Please let me know if you need any other information


----------



## c_geier (Aug 30, 2011)

I tried the (current) 0.47 release and it didn't work for me either, but v0.46 does. This is probably a bug the pyload people can solve if you bring it to their attention.


----------



## y2s82 (Aug 31, 2011)

Hmmm, the previous version didn't work for me either, but I think I'll give it another try.

I have brought it up to them once before for the previous version and they certainly tried to help but concluded that i should either "fix my system" or use some other system like ubuntu.  :s

I guess i'll try the previous one and give this one another shot.

Which version are you using exactly?

oh, and thanx for everything so far


----------



## c_geier (Sep 1, 2011)

Hi,
I'm using v0.46, as downloadable from their site.
Are you still getting the same error messages?
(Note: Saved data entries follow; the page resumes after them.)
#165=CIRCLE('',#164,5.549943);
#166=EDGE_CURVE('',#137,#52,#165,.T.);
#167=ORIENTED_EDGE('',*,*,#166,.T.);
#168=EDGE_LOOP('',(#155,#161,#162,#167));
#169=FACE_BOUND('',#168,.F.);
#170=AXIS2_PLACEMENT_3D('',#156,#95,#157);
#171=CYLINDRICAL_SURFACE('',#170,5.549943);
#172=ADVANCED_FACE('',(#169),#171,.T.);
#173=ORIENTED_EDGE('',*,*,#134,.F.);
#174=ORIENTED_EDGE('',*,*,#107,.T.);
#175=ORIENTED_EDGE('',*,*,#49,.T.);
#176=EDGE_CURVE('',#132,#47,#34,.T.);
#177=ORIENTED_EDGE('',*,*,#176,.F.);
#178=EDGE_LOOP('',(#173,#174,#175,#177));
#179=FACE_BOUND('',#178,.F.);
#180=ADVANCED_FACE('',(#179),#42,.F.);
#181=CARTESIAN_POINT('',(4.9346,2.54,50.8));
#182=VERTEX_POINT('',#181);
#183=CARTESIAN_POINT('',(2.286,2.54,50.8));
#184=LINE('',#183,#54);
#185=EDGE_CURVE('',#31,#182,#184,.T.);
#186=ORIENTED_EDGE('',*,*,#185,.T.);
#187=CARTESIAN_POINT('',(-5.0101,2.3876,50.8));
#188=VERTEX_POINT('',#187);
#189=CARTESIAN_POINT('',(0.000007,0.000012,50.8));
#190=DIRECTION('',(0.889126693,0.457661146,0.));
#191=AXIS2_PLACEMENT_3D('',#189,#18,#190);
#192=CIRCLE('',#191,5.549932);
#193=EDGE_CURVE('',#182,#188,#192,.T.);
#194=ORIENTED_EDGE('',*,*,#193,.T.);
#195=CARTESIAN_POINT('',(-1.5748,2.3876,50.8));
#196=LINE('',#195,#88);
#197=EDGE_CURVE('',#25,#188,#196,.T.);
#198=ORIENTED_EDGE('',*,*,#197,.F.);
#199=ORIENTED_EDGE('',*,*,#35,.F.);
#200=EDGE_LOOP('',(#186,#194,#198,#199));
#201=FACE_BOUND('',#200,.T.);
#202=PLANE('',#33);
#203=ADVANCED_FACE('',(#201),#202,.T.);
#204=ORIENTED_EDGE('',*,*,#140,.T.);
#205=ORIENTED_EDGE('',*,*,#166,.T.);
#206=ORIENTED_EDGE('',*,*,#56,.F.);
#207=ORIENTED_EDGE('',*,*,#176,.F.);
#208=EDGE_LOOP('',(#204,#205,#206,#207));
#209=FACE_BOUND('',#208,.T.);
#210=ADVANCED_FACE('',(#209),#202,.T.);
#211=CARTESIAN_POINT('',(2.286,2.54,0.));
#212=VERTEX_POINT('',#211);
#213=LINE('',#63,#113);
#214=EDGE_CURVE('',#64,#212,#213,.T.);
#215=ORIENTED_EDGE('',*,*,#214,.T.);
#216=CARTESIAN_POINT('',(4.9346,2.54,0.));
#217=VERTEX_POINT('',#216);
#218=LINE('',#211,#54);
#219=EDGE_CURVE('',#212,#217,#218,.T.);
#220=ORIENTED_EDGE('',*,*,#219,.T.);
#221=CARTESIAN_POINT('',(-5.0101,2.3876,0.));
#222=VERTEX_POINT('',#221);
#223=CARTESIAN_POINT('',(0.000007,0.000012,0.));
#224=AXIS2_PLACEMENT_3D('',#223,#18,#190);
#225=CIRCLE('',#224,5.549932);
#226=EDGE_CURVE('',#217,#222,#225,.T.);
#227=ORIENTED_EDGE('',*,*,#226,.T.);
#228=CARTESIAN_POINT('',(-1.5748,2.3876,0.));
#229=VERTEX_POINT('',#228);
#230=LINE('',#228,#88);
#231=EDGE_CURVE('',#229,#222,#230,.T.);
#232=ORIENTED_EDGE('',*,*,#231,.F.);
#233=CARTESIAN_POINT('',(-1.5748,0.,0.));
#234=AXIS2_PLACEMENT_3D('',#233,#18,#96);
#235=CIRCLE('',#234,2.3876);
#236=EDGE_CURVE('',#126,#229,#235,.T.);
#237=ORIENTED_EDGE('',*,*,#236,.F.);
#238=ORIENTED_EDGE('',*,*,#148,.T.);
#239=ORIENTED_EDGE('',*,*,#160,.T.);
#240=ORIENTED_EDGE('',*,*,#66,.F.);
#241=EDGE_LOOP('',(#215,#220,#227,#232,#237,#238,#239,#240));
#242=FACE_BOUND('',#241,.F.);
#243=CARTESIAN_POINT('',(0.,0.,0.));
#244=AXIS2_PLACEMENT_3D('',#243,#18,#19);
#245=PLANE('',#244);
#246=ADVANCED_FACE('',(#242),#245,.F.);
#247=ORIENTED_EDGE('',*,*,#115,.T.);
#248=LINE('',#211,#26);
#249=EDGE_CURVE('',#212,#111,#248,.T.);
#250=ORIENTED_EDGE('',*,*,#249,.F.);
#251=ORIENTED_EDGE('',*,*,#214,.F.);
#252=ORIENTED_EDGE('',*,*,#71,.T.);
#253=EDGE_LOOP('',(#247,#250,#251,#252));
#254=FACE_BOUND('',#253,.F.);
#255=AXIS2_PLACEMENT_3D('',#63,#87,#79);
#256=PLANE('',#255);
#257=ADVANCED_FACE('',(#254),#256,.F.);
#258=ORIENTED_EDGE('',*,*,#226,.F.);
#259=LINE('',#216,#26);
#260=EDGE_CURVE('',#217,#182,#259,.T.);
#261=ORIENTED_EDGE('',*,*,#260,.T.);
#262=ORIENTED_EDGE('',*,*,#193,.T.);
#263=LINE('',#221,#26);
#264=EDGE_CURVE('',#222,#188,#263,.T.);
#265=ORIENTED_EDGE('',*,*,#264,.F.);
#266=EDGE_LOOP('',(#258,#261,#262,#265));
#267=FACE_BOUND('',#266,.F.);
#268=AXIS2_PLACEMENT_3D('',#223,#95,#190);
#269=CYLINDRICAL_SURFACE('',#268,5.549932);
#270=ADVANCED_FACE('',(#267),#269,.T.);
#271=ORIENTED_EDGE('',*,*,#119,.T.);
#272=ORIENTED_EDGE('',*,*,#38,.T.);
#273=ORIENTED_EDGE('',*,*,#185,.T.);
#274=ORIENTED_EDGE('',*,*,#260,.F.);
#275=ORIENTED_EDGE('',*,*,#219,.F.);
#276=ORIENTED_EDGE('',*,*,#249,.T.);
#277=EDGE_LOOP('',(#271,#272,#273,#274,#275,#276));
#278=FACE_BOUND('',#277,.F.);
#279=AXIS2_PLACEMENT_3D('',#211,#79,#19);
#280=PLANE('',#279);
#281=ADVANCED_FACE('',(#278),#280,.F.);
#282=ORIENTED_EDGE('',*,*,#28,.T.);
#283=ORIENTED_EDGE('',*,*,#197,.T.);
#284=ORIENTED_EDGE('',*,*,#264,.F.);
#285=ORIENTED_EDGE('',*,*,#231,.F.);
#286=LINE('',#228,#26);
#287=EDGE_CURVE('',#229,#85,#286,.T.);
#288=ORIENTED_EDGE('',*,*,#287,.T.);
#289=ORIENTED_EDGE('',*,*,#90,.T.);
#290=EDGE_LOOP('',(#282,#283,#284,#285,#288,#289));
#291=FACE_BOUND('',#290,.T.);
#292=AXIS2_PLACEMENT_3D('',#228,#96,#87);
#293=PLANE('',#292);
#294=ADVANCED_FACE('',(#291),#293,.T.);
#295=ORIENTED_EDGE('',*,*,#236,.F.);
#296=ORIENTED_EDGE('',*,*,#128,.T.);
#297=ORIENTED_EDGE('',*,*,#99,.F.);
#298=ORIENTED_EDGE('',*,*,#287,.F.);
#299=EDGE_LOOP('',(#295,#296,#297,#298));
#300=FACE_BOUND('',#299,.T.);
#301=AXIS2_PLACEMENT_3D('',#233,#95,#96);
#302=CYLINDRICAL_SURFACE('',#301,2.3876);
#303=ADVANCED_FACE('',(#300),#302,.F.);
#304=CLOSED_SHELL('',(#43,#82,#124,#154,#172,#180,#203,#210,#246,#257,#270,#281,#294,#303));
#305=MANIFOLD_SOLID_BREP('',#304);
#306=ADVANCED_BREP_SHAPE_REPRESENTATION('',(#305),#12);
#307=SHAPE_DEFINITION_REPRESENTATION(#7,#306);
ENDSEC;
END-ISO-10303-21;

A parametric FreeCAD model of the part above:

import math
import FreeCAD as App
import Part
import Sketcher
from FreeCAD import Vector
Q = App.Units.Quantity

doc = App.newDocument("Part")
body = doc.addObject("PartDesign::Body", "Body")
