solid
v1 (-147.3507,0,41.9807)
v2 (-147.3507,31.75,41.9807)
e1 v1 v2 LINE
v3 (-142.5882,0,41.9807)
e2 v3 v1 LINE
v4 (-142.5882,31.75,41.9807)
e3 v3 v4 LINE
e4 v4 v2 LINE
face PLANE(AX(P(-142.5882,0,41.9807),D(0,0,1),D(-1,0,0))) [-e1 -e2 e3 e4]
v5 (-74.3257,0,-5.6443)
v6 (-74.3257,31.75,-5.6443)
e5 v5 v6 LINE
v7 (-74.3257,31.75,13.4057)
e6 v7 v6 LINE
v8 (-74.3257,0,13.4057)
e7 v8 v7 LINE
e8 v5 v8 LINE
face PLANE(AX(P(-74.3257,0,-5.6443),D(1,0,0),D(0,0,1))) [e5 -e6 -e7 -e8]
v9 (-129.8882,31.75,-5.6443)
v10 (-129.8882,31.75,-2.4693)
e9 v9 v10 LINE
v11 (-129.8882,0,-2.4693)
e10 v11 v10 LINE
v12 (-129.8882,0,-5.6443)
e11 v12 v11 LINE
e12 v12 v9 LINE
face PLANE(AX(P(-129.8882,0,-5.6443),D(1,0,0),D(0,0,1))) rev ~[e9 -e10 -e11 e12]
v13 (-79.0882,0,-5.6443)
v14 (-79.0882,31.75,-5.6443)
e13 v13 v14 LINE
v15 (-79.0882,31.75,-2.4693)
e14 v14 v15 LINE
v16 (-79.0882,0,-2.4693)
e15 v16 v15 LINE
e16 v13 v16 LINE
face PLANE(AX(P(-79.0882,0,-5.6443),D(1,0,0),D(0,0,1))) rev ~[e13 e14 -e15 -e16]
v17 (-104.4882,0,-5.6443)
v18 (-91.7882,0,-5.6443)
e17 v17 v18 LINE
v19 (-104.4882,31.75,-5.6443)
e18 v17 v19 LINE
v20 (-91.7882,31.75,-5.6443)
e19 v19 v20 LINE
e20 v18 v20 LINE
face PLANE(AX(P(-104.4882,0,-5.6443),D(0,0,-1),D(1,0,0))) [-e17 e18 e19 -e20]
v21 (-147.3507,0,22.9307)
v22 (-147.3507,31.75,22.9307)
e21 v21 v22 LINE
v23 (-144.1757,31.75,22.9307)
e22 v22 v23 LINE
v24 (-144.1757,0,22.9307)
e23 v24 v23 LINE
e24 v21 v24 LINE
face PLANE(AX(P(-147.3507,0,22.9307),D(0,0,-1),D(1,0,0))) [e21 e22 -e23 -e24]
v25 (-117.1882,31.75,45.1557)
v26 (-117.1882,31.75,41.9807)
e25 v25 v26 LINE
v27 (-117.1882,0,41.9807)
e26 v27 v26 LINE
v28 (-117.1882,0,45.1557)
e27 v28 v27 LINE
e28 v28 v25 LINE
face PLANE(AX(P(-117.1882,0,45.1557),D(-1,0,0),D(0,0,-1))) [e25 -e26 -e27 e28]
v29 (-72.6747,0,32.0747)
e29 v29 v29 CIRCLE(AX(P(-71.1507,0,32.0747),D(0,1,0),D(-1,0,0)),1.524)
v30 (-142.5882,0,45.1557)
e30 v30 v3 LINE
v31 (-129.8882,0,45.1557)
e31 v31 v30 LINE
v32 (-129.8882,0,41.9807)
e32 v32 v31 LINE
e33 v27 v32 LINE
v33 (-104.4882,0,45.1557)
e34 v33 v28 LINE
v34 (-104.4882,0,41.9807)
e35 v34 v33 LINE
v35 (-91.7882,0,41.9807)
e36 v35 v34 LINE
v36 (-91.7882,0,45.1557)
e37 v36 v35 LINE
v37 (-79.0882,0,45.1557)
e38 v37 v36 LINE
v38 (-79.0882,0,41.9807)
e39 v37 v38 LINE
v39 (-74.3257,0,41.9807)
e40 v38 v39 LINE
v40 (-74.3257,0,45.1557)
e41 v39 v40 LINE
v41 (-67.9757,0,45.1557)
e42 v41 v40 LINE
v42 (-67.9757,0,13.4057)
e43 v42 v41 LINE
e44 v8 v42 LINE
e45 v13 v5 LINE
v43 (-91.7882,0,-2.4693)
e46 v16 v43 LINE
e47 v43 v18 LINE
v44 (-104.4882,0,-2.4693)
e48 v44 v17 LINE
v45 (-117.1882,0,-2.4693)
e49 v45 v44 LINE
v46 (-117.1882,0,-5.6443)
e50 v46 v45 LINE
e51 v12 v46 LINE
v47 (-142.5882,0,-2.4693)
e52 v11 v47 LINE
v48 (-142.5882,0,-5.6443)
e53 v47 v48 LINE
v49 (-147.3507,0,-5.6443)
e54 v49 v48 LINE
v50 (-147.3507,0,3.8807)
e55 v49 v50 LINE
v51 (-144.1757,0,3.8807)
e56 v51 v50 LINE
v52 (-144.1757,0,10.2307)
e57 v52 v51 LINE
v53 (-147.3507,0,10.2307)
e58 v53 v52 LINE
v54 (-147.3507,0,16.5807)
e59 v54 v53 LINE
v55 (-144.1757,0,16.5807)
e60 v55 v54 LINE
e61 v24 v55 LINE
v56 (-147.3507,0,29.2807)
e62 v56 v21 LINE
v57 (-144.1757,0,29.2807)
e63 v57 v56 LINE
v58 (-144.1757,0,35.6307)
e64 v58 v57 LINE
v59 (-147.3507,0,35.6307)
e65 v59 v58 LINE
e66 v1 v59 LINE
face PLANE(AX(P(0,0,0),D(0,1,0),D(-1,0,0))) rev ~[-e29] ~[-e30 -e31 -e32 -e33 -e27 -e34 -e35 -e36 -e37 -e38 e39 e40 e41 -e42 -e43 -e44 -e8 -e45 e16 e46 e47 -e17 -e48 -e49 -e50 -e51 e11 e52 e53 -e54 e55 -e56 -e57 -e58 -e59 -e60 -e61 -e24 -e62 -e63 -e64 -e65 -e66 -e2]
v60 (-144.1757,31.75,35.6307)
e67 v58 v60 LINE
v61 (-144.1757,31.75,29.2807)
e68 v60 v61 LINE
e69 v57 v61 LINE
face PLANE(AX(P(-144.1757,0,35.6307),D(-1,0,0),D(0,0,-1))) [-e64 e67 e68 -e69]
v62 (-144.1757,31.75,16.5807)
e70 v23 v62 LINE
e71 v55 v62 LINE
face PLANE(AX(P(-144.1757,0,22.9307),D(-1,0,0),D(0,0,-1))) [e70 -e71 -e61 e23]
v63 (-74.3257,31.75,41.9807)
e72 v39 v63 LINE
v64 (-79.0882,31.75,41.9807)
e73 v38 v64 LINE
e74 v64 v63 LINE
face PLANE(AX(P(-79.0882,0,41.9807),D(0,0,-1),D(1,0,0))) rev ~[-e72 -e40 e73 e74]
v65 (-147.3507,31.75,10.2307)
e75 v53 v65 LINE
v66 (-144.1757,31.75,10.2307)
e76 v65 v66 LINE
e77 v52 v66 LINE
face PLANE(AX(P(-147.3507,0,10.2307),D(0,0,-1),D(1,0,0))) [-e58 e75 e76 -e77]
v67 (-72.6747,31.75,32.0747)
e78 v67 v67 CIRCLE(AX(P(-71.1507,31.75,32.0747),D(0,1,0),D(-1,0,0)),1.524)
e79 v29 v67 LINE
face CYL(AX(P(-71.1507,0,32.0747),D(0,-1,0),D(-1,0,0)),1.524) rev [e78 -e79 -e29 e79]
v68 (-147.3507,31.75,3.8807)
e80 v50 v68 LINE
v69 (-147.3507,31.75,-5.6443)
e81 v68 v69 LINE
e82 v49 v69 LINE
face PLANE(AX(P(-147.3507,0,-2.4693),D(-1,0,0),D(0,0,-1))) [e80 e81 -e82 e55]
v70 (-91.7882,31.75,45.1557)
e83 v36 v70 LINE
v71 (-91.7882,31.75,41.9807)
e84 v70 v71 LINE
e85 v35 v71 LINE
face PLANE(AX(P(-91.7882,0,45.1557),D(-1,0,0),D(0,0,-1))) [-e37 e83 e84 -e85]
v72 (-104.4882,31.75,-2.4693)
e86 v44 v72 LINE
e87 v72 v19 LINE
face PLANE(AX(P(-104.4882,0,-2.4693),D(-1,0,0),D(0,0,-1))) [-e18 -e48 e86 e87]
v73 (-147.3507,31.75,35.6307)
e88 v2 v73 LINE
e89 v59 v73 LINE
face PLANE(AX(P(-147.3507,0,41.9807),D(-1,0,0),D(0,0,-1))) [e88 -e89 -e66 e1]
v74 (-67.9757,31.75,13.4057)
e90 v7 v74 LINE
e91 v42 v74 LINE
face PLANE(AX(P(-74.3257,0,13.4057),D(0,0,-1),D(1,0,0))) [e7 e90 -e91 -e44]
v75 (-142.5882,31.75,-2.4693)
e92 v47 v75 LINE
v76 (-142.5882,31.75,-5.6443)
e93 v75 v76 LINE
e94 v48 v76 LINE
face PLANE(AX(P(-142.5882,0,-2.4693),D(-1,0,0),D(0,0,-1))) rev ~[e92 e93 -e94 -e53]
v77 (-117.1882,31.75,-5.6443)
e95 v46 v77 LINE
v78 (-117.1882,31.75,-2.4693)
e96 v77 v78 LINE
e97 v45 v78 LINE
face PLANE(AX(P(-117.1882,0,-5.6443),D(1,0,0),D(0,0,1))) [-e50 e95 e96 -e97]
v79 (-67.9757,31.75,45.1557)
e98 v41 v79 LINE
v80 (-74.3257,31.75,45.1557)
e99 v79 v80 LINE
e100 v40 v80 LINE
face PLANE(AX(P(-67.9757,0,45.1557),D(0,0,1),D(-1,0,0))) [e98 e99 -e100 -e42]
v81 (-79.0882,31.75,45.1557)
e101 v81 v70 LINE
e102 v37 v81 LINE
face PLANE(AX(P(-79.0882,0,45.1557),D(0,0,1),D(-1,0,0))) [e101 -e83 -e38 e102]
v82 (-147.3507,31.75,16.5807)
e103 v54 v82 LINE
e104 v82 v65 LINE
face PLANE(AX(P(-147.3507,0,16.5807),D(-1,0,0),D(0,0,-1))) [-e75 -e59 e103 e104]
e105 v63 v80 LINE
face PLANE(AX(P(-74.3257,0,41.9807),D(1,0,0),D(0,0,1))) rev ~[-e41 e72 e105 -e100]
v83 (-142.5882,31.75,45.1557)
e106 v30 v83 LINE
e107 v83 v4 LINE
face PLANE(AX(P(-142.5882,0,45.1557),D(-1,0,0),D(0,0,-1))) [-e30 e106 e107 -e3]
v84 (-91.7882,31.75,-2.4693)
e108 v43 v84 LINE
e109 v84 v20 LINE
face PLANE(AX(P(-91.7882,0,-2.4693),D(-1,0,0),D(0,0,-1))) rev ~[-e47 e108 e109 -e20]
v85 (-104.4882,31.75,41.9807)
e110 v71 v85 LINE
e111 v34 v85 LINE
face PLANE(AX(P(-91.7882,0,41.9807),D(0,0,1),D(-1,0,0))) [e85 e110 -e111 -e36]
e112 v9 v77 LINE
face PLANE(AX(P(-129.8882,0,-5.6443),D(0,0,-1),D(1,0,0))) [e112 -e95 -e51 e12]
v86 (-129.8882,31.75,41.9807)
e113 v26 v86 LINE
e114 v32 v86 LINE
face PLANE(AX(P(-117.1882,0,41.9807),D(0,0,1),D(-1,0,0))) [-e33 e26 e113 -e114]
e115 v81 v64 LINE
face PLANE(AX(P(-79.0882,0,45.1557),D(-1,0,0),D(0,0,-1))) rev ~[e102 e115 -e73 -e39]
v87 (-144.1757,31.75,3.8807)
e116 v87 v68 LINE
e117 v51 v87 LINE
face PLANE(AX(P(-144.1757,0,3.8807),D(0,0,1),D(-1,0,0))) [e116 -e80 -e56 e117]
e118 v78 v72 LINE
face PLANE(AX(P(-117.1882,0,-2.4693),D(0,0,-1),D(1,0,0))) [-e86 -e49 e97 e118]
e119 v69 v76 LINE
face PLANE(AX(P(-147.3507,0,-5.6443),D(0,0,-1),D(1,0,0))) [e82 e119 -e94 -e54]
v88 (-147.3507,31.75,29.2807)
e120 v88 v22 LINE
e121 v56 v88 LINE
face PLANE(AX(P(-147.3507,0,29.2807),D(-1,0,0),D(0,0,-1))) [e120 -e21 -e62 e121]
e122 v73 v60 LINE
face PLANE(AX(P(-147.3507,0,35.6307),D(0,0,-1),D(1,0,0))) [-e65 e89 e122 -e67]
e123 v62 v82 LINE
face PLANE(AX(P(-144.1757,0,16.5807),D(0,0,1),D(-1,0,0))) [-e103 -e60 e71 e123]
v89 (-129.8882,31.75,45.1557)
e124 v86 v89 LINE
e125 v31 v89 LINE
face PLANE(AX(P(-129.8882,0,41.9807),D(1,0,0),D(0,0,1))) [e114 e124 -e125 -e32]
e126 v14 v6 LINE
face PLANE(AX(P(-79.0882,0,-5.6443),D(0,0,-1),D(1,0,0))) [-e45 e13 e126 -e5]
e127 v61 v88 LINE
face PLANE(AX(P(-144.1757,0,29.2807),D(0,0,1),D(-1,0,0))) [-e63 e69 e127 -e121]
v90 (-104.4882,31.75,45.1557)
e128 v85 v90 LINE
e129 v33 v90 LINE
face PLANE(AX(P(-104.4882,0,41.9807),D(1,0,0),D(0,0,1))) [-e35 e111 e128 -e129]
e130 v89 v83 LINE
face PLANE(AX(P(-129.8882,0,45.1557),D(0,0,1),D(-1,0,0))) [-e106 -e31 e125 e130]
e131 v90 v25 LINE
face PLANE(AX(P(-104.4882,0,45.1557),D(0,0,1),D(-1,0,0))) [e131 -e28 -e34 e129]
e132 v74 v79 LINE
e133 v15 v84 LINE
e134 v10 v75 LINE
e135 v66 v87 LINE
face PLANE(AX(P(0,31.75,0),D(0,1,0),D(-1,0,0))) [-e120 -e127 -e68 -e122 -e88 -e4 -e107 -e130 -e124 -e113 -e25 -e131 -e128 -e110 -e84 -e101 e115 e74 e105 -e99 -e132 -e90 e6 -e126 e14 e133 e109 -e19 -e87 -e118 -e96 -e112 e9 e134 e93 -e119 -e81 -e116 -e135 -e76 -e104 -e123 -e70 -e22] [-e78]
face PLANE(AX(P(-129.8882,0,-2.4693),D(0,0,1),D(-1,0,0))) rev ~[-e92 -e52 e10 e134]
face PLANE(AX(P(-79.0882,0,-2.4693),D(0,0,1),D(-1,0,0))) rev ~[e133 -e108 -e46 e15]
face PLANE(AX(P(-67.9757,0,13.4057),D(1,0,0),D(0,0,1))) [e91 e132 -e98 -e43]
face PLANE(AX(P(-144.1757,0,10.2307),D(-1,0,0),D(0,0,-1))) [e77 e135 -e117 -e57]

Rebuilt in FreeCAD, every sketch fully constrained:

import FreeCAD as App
import Part
import Sketcher
from FreeCAD import Vector
Q = App.Units.Quantity


def add_polygon(sketch, points):
    """Adds a closed chain of lines whose ends are joined by coincident constraints."""
    first, n = sketch.GeometryCount, len(points)
    for a, b in zip(points, points[1:] + points[:1]):
        sketch.addGeometry(Part.LineSegment(App.Vector(*a, 0), App.Vector(*b, 0)), False)
    for i in range(n):
        sketch.addConstraint(Sketcher.Constraint("Coincident", first + i, 2, first + (i + 1) % n, 1))

doc = App.newDocument("Part")
body = doc.addObject("PartDesign::Body", "Body")

sketch1 = body.newObject("Sketcher::SketchObject", "Sketch")
sketch1.AttachmentSupport = (doc.getObject("XZ_Plane"), [""])
sketch1.MapMode = "FlatFace"
add_polygon(sketch1, [(-142.6, -5.6), (-147.4, -5.6), (-147.4, 3.9), (-144.2, 3.9), (-144.2, 10.2), (-147.4, 10.2), (-147.4, 16.6), (-144.2, 16.6), (-144.2, 22.9), (-147.4, 22.9), (-147.4, 29.3), (-144.2, 29.3), (-144.2, 35.6), (-147.4, 35.6), (-147.4, 42), (-142.6, 42), (-142.6, 45.2), (-129.9, 45.2), (-129.9, 42), (-117.2, 42), (-117.2, 45.2), (-104.5, 45.2), (-104.5, 42), (-91.8, 42), (-91.8, 45.2), (-79.1, 45.2), (-79.1, 42), (-74.3, 42), (-74.3, 45.2), (-68, 45.2), (-68, 13.4), (-74.3, 13.4), (-74.3, -5.6), (-79.1, -5.6), (-79.1, -2.5), (-91.8, -2.5), (-91.8, -5.6), (-104.5, -5.6), (-104.5, -2.5), (-117.2, -2.5), (-117.2, -5.6), (-129.9, -5.6), (-129.9, -2.5), (-142.6, -2.5)])
sketch1.addGeometry(Part.Circle(Vector(-71.2, 32.1, 0), Vector(0, 0, 1), 1.5), False)
sketch1.addConstraint([
    Sketcher.Constraint("Horizontal", 0),
    Sketcher.Constraint("Vertical", 1),
    Sketcher.Constraint("Horizontal", 2),
    Sketcher.Constraint("Vertical", 3),
    Sketcher.Constraint("Horizontal", 4),
    Sketcher.Constraint("Vertical", 5),
    Sketcher.Constraint("Horizontal", 6),
    Sketcher.Constraint("Vertical", 7),
    Sketcher.Constraint("Horizontal", 8),
    Sketcher.Constraint("Vertical", 9),
    Sketcher.Constraint("Horizontal", 10),
    Sketcher.Constraint("Vertical", 11),
    Sketcher.Constraint("Horizontal", 12),
    Sketcher.Constraint("Vertical", 13),
    Sketcher.Constraint("Horizontal", 14),
    Sketcher.Constraint("Vertical", 15),
    Sketcher.Constraint("Horizontal", 16),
And have you tried it outside of a jail?
cheers


----------



## y2s82 (Sep 1, 2011)

Since the last post, I've tried using the tip, 0.47, and 0.46, and none of the versions seem to work.  I've been trying to keep these programs in jail but it seems that's not going to be very easy   I'll try running it outside of the jail this time.

Do you think I need to install anything special for the interactions between python and zfs?


----------



## y2s82 (Sep 1, 2011)

I tried setting it up outside of the jail but failed in 0.46 and tip.  I wonder if I'm missing a crucial dependency or something


----------



## c_geier (Sep 2, 2011)

Here is a loist of all the py* ports I have installed, some have obviously no connection to pyload (gitosisi, vobject)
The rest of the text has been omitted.